- Relator(a)
- Ministra Regina Helena Costa
- Órgão julgador
- Primeira Turma
- Data do julgamento
- 30/03/2026
- Data de publicação
- 14/04/2026
STJ – Acórdão, Rel. Ministra Regina Helena Costa, Primeira Turma, j. 30/03/2026, p. 14/04/2026
PROCESSUAL CIVIL. AGRAVO INTERNO NO RECURSO ESPECIAL. RESPONSABILIDADE CIVIL DO ESTADO. MORTE DE MENOR. FAMÍLIA DE BAIXA RENDA. PENSIONAMENTO MENSAL AOS GENITORES. ARGUMENTOS INSUFICIENTES PARA DESCONSTITUIR A DECISÃO ATACADA. APLICAÇÃO DE MULTA. ART. 1.021, § 4º, DO CÓDIGO DE PROCESSO CIVIL DE 2015. DESCABIMENTO. I - Agravo Interno interposto contra decisão que conheceu parcialmente de Recurso Especial e, nessa extensão, deu-lhe provimento para fixar pensão mensal aos genitores de vítima menor falecida em decorrência de ato ilícito, mantendo, de outro lado, o acórdão recorrido quanto ao valor dos danos morais e ao indeferimento de despesas de funeral, por incidência da Súmula n. 7/STJ, bem como não conhecendo da alegada violação ao art. 1.022 do Código de Processo Civil, à luz da Súmula n. 284/STF. II - A jurisprudência consolidada das Turmas da Primeira Seção do Superior Tribunal de Justiça estabelece que, em se tratando de família de baixa renda, é devida indenização por danos materiais, sob a forma de pensionamento mensal, em favor dos genitores de menor falecido em decorrência de ato ilícito, independentemente da comprovação do exercício, em vida, de atividade remunerada pelo menor, havendo presunção de auxílio econômico futuro aos pais.
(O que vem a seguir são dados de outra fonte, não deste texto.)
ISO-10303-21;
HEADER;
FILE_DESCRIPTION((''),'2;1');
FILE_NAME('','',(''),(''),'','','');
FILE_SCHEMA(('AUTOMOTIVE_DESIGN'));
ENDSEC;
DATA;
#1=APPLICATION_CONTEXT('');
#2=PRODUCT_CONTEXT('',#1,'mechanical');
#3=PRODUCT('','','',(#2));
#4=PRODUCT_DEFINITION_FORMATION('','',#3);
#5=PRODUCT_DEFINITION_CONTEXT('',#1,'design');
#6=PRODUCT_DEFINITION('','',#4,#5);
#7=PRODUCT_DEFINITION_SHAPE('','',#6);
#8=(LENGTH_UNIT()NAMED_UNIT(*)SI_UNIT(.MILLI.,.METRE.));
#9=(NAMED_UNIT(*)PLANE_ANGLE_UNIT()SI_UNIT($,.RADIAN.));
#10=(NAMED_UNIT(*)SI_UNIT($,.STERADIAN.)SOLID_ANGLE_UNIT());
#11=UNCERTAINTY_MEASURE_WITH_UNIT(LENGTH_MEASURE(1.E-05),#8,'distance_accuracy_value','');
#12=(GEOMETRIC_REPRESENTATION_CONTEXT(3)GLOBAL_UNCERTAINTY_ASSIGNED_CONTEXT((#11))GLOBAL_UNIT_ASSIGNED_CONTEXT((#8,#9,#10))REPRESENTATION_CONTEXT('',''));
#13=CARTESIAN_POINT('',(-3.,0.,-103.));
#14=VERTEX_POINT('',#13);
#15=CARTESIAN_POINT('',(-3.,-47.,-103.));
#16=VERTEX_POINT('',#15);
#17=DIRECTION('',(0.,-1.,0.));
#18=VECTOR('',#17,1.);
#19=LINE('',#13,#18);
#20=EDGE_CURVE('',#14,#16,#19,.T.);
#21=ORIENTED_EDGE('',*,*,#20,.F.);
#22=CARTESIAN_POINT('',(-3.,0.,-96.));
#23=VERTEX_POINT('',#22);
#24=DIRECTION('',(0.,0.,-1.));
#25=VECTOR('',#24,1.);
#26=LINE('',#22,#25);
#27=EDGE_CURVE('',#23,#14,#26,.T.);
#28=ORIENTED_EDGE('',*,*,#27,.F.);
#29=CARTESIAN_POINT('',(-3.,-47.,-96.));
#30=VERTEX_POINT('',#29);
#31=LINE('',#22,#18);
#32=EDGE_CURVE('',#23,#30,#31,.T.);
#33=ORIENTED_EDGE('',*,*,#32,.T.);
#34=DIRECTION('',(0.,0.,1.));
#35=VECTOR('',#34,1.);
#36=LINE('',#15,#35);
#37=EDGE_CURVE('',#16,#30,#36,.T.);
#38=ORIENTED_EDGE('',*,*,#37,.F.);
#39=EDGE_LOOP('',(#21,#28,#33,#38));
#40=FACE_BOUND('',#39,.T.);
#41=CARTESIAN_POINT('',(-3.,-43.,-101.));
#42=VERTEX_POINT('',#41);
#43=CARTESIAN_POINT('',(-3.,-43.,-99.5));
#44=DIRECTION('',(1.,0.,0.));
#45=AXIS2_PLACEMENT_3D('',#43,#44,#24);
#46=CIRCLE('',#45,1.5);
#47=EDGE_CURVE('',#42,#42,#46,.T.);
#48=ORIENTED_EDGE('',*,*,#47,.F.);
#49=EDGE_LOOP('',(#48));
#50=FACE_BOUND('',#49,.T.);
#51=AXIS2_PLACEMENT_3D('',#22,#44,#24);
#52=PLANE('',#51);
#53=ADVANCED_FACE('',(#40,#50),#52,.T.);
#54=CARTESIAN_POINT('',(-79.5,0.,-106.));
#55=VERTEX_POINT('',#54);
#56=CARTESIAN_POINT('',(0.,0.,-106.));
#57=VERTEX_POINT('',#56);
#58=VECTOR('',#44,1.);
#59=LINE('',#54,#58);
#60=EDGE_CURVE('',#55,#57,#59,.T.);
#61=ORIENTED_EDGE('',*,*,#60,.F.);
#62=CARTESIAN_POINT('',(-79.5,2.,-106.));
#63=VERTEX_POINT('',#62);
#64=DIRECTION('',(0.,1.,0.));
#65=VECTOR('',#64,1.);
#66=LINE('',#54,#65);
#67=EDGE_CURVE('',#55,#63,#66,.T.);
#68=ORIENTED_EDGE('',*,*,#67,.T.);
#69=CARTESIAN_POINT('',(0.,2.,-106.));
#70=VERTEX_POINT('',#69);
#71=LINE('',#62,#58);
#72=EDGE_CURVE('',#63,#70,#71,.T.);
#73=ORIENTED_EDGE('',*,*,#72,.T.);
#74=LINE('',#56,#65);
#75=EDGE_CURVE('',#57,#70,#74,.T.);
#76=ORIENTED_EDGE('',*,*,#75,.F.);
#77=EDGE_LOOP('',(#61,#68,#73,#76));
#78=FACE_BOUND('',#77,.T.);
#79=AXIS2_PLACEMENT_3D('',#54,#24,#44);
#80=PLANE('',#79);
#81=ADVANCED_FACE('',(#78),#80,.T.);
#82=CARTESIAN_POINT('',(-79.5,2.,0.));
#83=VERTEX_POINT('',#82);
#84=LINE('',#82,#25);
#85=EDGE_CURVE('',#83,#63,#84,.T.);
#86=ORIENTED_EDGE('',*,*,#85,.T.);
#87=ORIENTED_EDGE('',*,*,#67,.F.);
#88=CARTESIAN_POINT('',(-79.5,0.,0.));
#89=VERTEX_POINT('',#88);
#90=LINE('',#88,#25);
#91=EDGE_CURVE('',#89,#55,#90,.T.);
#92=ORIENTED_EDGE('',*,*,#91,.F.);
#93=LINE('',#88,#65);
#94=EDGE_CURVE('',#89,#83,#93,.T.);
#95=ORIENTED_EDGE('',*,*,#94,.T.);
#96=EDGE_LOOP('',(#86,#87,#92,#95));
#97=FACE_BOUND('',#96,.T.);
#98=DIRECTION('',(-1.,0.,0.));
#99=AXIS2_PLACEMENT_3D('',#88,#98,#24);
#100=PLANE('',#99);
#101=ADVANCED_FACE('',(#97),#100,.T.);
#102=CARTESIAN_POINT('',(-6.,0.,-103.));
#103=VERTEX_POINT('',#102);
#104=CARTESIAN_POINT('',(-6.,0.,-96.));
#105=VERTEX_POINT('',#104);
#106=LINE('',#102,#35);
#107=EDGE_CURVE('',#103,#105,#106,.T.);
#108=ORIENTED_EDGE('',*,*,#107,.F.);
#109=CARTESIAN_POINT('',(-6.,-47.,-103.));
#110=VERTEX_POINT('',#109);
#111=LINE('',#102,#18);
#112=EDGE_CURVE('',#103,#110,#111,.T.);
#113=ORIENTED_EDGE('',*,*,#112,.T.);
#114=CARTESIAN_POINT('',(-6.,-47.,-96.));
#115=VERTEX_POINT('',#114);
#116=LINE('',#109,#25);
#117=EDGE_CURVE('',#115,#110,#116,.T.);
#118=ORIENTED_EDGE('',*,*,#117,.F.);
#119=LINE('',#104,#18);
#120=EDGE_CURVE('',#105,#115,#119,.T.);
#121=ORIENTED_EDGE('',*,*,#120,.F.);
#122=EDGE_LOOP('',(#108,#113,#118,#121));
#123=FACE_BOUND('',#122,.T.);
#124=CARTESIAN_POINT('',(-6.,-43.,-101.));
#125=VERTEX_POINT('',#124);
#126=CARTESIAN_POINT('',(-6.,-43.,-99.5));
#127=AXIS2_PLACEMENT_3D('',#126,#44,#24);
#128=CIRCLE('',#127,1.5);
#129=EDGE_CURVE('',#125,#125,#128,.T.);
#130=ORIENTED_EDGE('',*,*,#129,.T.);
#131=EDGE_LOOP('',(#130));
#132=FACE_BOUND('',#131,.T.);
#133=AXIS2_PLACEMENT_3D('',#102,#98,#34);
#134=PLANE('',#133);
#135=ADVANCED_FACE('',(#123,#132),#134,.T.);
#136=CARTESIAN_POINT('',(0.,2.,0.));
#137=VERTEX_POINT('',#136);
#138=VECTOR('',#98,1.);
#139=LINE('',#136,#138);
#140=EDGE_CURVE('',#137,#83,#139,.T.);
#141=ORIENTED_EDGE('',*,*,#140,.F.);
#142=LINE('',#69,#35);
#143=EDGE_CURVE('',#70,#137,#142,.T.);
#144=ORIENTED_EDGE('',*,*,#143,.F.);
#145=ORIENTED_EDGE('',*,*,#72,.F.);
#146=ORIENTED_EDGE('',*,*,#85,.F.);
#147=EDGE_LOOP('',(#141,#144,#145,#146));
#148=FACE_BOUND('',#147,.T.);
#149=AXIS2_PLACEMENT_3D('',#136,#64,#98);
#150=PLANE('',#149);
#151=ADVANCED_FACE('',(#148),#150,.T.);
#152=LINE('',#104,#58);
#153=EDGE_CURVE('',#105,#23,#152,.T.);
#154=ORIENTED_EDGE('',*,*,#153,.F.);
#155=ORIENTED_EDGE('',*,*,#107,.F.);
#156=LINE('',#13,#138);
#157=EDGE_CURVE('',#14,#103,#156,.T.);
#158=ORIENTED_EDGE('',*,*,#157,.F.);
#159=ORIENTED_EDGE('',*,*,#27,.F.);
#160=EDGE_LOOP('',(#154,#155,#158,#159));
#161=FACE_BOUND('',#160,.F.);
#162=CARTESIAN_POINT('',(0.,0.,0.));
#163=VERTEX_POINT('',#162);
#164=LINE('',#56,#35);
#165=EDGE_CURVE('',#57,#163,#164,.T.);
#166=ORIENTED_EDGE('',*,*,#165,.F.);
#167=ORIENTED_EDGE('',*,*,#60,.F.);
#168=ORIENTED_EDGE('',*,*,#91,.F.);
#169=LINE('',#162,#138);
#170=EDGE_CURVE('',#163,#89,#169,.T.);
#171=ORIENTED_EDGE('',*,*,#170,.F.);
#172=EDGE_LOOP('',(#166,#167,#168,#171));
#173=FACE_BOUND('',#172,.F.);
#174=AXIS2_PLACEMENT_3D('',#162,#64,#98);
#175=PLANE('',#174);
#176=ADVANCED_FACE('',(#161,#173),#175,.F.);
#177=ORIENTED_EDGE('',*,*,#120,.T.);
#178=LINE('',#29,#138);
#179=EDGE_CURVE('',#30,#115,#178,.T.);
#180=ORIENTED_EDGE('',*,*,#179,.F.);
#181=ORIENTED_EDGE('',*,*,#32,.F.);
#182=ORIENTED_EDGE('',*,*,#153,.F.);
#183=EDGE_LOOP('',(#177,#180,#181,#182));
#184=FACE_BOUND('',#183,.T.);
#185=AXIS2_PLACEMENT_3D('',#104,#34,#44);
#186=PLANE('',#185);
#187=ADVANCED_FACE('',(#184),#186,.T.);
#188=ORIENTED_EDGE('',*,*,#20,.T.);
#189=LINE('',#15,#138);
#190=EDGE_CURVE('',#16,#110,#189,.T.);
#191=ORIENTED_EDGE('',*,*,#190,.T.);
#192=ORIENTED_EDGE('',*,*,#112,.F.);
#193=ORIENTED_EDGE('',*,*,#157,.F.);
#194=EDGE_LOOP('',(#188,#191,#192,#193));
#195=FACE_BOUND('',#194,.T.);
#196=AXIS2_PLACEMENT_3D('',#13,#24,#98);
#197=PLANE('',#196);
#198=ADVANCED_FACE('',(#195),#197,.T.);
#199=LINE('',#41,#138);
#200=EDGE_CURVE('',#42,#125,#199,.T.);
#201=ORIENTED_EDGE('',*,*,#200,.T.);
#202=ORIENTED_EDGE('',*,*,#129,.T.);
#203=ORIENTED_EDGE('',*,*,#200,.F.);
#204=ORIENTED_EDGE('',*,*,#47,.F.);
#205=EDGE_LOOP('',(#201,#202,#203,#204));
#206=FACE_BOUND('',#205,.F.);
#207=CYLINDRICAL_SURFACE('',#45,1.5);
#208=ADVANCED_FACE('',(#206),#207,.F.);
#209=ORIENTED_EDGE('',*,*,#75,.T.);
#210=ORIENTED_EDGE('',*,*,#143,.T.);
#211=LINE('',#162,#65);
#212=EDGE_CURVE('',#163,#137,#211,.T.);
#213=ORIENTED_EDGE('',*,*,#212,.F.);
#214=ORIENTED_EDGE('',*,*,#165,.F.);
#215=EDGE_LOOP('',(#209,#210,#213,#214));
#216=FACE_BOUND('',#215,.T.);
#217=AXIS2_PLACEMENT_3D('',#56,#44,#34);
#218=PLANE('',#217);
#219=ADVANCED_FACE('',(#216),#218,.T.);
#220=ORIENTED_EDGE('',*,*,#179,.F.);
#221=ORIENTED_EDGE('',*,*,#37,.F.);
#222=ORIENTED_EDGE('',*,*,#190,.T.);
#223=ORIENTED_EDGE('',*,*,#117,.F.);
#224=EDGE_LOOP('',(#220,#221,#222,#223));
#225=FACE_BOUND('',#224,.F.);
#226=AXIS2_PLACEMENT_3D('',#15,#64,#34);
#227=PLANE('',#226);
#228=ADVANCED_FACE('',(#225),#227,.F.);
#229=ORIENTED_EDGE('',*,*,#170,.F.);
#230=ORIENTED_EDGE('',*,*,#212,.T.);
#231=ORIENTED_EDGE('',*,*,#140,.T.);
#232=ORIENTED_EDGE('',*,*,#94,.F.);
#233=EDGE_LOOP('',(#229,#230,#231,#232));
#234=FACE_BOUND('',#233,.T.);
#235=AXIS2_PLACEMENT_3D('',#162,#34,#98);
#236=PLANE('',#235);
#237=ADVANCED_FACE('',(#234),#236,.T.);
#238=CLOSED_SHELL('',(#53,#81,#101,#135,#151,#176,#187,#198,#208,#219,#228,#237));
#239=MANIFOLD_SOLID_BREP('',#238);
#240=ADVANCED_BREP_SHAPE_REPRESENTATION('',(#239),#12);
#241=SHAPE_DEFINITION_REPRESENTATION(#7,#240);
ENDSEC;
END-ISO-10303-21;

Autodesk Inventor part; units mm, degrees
ref_plane "YZ Plane" through (0, 0, 0) normal (1, 0, 0) x (0, 1, 0)
ref_plane "XZ Plane" through (0, 0, 0) normal (0, 1, 0) x (-1, 0, 0)
ref_plane "XY Plane" through (0, 0, 0) normal (0, 0, 1) x (1, 0, 0)
sketch "Sketch1" plane through (0, 0, 0) normal (0, 1, 0) x (-1, 0, 0)
  line L0 (0, 0) -> (79.5, 0)
  line L1 (79.5, 0) -> (79.5, -106)
  line L2 (79.5, -106) -> (0, -106)
  line L3 (0, -106) -> (0, 0)
  dimension "d6" = 106
  dimension "d7" = 79.5
extrude "Extrusion1" add sketch "Sketch1" along normal blind 2
sketch "Sketch2" plane through (0, 0, 0) normal (0, -1, 0) x (1, 0, 0)
  line L0 (0, -106) -> (-79.5, -106) projected
  line L1 (0, 0) -> (0, -106) projected
  line L2 (-79.5, 0) -> (0, 0) projected
  line L3 (-79.5, -106) -> (-79.5, 0) projected
  line L4 (-3, -103) -> (-6, -103)
  line L5 (-6, -103) -> (-6, -96)
  line L6 (-6, -96) -> (-3, -96)
  line L7 (-3, -96) -> (-3, -103)
  dimension "d10" = 7
  dimension "d11" = 3
  dimension "d12" = 3
  dimension "d13" = 3
extrude "Extrusion2" add sketch "Sketch2" along normal blind 48 contours L4 L5 L6 L7
sketch "Sketch3" plane through (-3, 0, -96) normal (1, 0, 0) x (0, 0, -1)
  circle A0 centre (3.5, -43) radius 1.5
  line L0 (7, -48) -> (0, -48) projected
  line L1 (7, 0) -> (7, -48) projected
  point P0 (-96, 0)
  dimension "d14" = 5
  dimension "d16" = 3
  dimension "d22" = 3.5
extrude "Extrusion3" cut sketch "Sketch3" against normal blind 33
sketch "Sketch4" plane through (-3, 0, -96) normal (1, 0, 0) x (0, 0, -1)
  circle A0 centre (3.5, -43) radius 1.5 projected
  line L0 (0, 0) -> (7, 0) projected
  line L1 (0, 0) -> (0, -48) projected
  line L2 (7, -48) -> (0, -48) projected
  line L3 (7, 0) -> (7, -48) projected
  line L4 (0, -48) -> (7, -48)
  line L5 (7, -48) -> (7, -47)
  line L6 (7, -47) -> (0, -47)
  line L7 (0, -47) -> (0, -48)
  point P0 (-96, 0)
  point P1 (0, -47)
  dimension "d19" = 1
extrude "Extrusion4" cut sketch "Sketch4" against normal blind 33 contours L6 L3 L2 L1
properties part number "Enclosure Lid"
III - Nos casos de morte de menor oriundo de família de baixa renda, a pensão mensal deve observar, como regra, o valor de dois terços do salário mínimo desde a data em que a vítima completaria 14 anos até os 25 anos de idade, reduzindo-se para um terço do salário mínimo até a data em que completaria 65 anos. IV - Não apresentação de argumentos suficientes para desconstituir a decisão recorrida. V - Em regra, descabe a imposição da multa prevista no art. 1.021, § 4º, do Código de Processo Civil de 2015 em razão do mero desprovimento do Agravo Interno em votação unânime, sendo necessária a configuração da manifesta inadmissibilidade ou improcedência do recurso a autorizar sua aplicação, o que não ocorreu no caso. VI - Agravo Interno improvido. (AgInt no REsp n. 2.215.273/RJ, relatora Ministra Regina Helena Costa, Primeira Turma, julgado em 30/3/2026, DJEN de 14/4/2026.)